◆ **What is expected**: The answer must consist of every line in the data that contains "BuildSketch".

***

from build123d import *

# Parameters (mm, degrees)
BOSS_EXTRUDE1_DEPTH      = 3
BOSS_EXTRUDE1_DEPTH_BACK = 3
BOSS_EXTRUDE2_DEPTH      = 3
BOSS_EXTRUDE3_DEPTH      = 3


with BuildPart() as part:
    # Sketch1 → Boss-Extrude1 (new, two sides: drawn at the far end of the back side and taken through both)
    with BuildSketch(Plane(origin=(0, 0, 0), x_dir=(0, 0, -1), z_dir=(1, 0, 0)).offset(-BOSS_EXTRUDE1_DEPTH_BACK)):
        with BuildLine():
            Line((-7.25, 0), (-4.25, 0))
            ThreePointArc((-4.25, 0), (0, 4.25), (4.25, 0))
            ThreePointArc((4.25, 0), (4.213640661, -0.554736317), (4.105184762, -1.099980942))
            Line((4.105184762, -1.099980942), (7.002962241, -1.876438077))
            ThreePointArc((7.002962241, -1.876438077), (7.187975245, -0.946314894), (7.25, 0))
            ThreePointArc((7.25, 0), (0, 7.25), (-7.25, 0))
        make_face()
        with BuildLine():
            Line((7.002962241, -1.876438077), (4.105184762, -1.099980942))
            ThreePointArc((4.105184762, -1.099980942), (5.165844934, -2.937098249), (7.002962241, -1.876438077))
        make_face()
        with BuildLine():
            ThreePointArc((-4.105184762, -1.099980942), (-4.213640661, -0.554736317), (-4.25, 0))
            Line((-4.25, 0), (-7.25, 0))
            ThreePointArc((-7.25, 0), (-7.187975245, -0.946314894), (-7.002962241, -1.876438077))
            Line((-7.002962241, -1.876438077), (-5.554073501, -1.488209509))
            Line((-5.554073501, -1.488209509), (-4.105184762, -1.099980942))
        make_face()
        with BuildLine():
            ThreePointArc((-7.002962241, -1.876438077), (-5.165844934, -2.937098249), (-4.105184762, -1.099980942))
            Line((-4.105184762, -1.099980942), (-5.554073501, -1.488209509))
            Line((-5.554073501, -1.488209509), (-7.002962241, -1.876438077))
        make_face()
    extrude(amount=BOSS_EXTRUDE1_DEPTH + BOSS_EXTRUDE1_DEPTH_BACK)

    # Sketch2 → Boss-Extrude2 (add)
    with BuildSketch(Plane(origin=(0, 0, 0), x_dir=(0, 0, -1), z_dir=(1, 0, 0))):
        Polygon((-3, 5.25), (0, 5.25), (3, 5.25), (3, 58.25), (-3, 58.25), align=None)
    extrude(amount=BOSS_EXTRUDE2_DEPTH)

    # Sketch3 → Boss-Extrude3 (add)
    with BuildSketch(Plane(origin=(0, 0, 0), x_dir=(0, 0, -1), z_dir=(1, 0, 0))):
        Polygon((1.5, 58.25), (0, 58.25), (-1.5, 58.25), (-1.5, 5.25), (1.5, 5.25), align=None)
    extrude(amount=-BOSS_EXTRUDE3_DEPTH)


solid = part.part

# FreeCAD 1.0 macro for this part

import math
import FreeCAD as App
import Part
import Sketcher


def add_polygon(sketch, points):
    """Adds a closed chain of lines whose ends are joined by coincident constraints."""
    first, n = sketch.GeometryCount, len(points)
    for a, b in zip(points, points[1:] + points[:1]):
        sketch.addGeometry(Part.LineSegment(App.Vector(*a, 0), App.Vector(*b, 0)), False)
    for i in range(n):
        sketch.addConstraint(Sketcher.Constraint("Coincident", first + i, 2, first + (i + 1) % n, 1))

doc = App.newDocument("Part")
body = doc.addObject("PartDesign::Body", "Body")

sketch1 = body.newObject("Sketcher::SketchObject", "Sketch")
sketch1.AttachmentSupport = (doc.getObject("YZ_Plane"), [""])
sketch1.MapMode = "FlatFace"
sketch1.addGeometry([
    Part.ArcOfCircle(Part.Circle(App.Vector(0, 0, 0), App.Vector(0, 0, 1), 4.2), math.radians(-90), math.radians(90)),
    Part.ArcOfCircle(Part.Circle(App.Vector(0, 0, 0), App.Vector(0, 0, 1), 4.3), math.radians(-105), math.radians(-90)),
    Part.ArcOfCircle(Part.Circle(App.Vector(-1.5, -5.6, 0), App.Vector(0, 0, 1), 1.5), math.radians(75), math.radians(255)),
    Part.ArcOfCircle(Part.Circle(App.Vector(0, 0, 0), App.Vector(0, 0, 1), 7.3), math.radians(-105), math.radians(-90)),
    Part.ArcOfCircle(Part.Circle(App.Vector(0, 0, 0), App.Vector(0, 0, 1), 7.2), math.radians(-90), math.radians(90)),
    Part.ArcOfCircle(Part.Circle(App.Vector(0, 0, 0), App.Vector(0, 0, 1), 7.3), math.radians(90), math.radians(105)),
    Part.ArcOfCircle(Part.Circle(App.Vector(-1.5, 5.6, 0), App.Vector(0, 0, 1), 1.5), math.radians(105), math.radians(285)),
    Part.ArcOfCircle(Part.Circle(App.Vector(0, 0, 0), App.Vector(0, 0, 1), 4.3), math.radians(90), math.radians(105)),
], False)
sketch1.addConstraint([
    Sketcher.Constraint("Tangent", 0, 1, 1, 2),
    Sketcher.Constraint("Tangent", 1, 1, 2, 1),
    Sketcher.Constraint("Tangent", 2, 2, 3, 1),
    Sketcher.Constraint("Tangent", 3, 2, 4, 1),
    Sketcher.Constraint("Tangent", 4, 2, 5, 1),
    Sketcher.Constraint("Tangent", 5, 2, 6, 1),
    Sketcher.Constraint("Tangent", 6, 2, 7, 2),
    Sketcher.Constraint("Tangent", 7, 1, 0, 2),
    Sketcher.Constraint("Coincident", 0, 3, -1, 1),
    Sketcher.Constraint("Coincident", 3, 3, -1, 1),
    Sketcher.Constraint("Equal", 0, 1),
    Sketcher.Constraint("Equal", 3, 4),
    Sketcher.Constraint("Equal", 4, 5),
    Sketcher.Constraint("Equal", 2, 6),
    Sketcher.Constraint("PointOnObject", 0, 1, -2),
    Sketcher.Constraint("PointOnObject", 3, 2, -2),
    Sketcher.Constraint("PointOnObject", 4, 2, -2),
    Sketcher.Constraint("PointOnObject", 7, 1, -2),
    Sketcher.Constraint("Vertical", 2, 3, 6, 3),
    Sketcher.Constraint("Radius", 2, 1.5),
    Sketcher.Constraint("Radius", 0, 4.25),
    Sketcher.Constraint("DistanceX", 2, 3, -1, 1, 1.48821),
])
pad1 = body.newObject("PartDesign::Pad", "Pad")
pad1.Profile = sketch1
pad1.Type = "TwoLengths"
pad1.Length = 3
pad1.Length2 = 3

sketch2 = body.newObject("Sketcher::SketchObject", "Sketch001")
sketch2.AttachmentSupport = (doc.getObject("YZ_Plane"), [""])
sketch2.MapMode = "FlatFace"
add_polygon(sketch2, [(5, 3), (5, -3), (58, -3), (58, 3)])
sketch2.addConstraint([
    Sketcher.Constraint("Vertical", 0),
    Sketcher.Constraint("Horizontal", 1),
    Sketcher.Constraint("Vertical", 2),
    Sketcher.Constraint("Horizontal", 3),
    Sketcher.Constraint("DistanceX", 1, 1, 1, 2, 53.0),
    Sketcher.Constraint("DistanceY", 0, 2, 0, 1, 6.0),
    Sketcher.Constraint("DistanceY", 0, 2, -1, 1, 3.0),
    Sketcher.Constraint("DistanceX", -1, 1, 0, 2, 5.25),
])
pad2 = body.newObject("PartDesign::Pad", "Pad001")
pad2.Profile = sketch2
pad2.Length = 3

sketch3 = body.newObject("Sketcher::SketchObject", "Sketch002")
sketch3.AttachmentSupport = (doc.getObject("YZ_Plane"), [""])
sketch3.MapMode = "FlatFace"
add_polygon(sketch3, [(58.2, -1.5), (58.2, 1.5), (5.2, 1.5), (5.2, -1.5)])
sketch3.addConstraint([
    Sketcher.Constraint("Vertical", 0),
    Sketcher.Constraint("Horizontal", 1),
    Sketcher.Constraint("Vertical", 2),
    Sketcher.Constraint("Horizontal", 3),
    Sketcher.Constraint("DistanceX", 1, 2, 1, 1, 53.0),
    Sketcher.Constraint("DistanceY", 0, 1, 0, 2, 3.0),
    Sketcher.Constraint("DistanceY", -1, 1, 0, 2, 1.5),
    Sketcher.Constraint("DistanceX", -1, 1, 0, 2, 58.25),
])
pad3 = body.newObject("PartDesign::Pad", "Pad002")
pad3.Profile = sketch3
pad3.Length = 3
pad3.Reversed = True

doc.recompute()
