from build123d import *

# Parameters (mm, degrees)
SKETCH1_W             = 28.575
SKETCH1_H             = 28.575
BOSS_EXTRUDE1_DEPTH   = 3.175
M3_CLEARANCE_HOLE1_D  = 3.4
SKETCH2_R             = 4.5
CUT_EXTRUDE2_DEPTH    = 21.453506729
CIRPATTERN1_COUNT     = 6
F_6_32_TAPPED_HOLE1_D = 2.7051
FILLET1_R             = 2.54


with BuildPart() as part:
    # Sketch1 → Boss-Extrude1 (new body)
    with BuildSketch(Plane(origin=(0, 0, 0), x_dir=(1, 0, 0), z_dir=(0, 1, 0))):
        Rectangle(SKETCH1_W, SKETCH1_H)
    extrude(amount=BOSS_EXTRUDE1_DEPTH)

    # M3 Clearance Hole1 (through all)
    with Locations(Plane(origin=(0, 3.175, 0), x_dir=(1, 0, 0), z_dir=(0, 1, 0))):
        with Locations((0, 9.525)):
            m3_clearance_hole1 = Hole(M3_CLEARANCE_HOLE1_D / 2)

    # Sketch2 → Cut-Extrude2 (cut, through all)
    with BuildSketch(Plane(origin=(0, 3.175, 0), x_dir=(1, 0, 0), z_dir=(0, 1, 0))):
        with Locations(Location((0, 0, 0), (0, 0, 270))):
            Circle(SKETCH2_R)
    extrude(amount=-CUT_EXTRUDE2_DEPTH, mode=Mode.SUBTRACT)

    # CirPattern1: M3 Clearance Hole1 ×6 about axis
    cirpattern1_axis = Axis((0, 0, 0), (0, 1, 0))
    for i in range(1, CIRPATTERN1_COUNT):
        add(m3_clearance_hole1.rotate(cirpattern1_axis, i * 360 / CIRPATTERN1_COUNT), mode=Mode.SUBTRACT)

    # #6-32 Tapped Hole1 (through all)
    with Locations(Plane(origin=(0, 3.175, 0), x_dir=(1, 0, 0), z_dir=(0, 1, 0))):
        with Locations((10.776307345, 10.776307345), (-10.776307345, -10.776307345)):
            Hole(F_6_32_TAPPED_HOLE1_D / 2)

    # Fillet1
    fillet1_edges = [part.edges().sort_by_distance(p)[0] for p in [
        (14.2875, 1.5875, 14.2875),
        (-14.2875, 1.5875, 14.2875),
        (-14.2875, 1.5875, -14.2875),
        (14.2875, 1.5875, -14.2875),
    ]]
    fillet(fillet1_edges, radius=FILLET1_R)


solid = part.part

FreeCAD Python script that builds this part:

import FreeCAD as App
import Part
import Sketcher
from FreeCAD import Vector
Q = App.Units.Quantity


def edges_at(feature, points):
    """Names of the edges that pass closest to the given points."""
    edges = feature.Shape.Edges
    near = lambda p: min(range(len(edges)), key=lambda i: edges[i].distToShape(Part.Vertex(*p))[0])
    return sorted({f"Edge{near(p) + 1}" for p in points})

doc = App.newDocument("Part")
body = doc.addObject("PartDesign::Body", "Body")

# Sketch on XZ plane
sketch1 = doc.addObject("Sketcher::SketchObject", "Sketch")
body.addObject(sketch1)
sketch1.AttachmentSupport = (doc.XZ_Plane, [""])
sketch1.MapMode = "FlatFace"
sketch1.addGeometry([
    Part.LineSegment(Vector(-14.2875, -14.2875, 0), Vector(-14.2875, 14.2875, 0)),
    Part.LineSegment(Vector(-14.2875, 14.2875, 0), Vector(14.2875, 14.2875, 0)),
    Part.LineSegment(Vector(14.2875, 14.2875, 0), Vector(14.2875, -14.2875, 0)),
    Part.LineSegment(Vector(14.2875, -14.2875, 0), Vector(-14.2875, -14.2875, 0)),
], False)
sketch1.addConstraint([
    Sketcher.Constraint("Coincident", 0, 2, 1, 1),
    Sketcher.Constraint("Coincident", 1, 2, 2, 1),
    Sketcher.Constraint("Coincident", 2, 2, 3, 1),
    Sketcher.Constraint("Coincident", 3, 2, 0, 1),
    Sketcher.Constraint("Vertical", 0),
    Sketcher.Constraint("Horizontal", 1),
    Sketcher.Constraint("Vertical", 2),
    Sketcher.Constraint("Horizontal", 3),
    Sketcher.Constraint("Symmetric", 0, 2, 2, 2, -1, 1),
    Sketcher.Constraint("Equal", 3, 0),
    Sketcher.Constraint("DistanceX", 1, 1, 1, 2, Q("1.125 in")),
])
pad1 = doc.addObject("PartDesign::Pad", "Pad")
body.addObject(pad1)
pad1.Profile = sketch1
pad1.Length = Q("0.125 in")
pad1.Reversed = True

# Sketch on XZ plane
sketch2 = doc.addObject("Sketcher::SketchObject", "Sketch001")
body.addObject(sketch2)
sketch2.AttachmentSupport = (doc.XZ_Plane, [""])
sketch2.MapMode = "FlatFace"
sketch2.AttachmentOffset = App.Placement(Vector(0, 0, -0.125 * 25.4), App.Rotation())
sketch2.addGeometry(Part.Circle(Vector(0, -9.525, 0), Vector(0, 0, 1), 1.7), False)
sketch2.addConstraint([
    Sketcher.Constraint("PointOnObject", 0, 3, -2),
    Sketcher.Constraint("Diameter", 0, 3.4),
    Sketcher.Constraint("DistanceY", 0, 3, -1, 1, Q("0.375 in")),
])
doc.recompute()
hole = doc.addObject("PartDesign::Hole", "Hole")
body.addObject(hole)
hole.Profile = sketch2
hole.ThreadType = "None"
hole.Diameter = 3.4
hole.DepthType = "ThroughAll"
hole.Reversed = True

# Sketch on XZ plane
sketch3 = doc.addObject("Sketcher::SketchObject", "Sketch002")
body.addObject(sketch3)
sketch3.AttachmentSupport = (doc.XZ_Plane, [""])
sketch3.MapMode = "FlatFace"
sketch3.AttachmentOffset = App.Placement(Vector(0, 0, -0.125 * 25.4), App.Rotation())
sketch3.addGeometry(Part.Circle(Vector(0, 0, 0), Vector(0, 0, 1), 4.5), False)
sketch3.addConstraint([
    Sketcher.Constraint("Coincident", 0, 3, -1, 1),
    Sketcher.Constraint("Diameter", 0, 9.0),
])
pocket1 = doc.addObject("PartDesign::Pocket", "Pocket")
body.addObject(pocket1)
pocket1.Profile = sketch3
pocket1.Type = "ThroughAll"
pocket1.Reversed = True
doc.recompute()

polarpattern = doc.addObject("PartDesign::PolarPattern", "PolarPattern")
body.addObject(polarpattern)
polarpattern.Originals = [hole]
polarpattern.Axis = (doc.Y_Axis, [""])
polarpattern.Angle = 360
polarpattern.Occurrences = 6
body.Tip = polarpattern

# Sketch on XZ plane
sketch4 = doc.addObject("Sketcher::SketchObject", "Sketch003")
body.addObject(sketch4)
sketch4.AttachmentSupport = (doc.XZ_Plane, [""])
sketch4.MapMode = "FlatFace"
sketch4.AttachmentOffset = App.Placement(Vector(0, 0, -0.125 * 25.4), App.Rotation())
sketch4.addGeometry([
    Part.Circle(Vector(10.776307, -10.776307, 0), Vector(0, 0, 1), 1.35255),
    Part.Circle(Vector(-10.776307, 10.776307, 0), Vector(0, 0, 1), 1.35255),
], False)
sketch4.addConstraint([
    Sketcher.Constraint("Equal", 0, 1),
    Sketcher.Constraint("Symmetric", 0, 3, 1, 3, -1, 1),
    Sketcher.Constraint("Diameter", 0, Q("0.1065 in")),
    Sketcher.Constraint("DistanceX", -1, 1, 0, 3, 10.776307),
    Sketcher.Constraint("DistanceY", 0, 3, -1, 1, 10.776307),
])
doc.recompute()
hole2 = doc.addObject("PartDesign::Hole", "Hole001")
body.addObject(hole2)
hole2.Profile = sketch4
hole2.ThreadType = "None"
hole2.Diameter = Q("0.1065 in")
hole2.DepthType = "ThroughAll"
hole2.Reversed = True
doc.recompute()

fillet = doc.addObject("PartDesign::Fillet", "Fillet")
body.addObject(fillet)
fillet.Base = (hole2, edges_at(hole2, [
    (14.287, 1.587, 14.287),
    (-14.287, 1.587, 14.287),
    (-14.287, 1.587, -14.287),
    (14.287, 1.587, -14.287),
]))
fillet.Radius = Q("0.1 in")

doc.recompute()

***

◆ **Response to this task**:
    with BuildSketch(Plane(origin=(0, 0, 0), x_dir=(0, 0, -1), z_dir=(1, 0, 0)).offset(-BOSS_EXTRUDE1_DEPTH_BACK)):
    with BuildSketch(Plane(origin=(0, 0, 0), x_dir=(0, 0, -1), z_dir=(1, 0, 0))):
    with BuildSketch(Plane(origin=(0, 0, 0), x_dir=(0, 0, -1), z_dir=(1, 0, 0))):
    with BuildSketch(Plane(origin=(0, 0, 0), x_dir=(1, 0, 0), z_dir=(0, 1, 0))):
    with BuildSketch(Plane(origin=(0, 3.175, 0), x_dir=(1, 0, 0), z_dir=(0, 1, 0))):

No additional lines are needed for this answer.